§ **Saved data entries**:

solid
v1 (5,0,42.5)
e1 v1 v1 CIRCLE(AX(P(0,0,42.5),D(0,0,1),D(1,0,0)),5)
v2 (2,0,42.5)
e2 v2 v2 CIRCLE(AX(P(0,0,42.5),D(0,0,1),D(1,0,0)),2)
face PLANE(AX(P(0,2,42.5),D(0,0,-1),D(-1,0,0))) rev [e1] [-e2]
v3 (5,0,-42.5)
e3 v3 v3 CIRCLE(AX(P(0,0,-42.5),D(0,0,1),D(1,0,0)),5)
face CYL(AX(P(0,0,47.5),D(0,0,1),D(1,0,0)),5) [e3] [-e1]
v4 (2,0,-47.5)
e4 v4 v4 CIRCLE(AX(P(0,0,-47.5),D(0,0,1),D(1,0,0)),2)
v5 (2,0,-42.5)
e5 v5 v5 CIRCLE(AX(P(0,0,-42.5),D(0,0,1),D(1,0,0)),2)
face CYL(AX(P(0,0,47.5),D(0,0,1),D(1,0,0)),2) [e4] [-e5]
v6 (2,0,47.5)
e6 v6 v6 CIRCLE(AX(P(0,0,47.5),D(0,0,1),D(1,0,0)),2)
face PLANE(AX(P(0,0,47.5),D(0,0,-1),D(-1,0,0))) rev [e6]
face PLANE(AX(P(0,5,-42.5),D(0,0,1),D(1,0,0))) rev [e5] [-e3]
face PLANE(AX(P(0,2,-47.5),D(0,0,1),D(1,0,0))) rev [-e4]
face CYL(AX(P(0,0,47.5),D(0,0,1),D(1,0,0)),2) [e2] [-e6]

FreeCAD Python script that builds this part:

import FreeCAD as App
import Part
import Sketcher
Q = App.Units.Quantity

doc = App.newDocument("Part")
body = doc.addObject("PartDesign::Body", "Body")

sketch1 = doc.addObject("Sketcher::SketchObject", "Sketch")
body.addObject(sketch1)
sketch1.AttachmentSupport = (doc.YZ_Plane, [""])
sketch1.MapMode = "FlatFace"
sketch1.addGeometry(Part.LineSegment(App.Vector(0, 47.5, 0), App.Vector(0, -47.5, 0)), False)
sketch1.addGeometry(Part.LineSegment(App.Vector(0, -47.5, 0), App.Vector(2, -47.5, 0)), False)
sketch1.addGeometry(Part.LineSegment(App.Vector(2, -47.5, 0), App.Vector(2, -42.5, 0)), False)
sketch1.addGeometry(Part.LineSegment(App.Vector(2, -42.5, 0), App.Vector(5, -42.5, 0)), False)
sketch1.addGeometry(Part.LineSegment(App.Vector(5, -42.5, 0), App.Vector(5, 42.5, 0)), False)
sketch1.addGeometry(Part.LineSegment(App.Vector(5, 42.5, 0), App.Vector(2, 42.5, 0)), False)
sketch1.addGeometry(Part.LineSegment(App.Vector(2, 42.5, 0), App.Vector(2, 47.5, 0)), False)
sketch1.addGeometry(Part.LineSegment(App.Vector(2, 47.5, 0), App.Vector(0, 47.5, 0)), False)
sketch1.addConstraint(Sketcher.Constraint("Coincident", 0, 2, 1, 1))
sketch1.addConstraint(Sketcher.Constraint("Coincident", 1, 2, 2, 1))
sketch1.addConstraint(Sketcher.Constraint("Coincident", 2, 2, 3, 1))
sketch1.addConstraint(Sketcher.Constraint("Coincident", 3, 2, 4, 1))
sketch1.addConstraint(Sketcher.Constraint("Coincident", 4, 2, 5, 1))
sketch1.addConstraint(Sketcher.Constraint("Coincident", 5, 2, 6, 1))
sketch1.addConstraint(Sketcher.Constraint("Coincident", 6, 2, 7, 1))
sketch1.addConstraint(Sketcher.Constraint("Coincident", 7, 2, 0, 1))
sketch1.addConstraint(Sketcher.Constraint("Vertical", 0))
sketch1.addConstraint(Sketcher.Constraint("Horizontal", 1))
sketch1.addConstraint(Sketcher.Constraint("Vertical", 2))
sketch1.addConstraint(Sketcher.Constraint("Horizontal", 3))
sketch1.addConstraint(Sketcher.Constraint("Vertical", 4))
sketch1.addConstraint(Sketcher.Constraint("Horizontal", 5))
sketch1.addConstraint(Sketcher.Constraint("Vertical", 6))
sketch1.addConstraint(Sketcher.Constraint("Horizontal", 7))
sketch1.addConstraint(Sketcher.Constraint("Symmetric", 0, 2, 7, 2, -1, 1))
sketch1.addConstraint(Sketcher.Constraint("Symmetric", 2, 2, 5, 2, -1))
sketch1.addConstraint(Sketcher.Constraint("DistanceX", 1, 1, 1, 2, Q("2 mm")))
sketch1.addConstraint(Sketcher.Constraint("DistanceX", 3, 1, 3, 2, Q("3 mm")))
sketch1.addConstraint(Sketcher.Constraint("DistanceY", 0, 2, 0, 1, Q("95 mm")))
sketch1.addConstraint(Sketcher.Constraint("DistanceY", 2, 1, 2, 2, Q("5 mm")))
revolution = doc.addObject("PartDesign::Revolution", "Revolution")
body.addObject(revolution)
revolution.Profile = sketch1
revolution.ReferenceAxis = (sketch1, ["V_Axis"])
revolution.Angle = 360

doc.recompute()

§ **Task objective**: Could you restate, word for word, the lines above from the one with "face PLANE(AX(P(0,2,42.5),D(0,0,-1),D(-1,0,0))) rev" to the one with "face PLANE(AX(P(0,5,-42.5),D(0,0,1),D(1,0,0))) rev", both included?

§ **Final answer**:
face PLANE(AX(P(0,2,42.5),D(0,0,-1),D(-1,0,0))) rev [e1] [-e2]
v3 (5,0,-42.5)
e3 v3 v3 CIRCLE(AX(P(0,0,-42.5),D(0,0,1),D(1,0,0)),5)
face CYL(AX(P(0,0,47.5),D(0,0,1),D(1,0,0)),5) [e3] [-e1]
v4 (2,0,-47.5)
e4 v4 v4 CIRCLE(AX(P(0,0,-47.5),D(0,0,1),D(1,0,0)),2)
v5 (2,0,-42.5)
e5 v5 v5 CIRCLE(AX(P(0,0,-42.5),D(0,0,1),D(1,0,0)),2)
face CYL(AX(P(0,0,47.5),D(0,0,1),D(1,0,0)),2) [e4] [-e5]
v6 (2,0,47.5)
e6 v6 v6 CIRCLE(AX(P(0,0,47.5),D(0,0,1),D(1,0,0)),2)
face PLANE(AX(P(0,0,47.5),D(0,0,-1),D(-1,0,0))) rev [e6]
face PLANE(AX(P(0,5,-42.5),D(0,0,1),D(1,0,0))) rev [e5] [-e3]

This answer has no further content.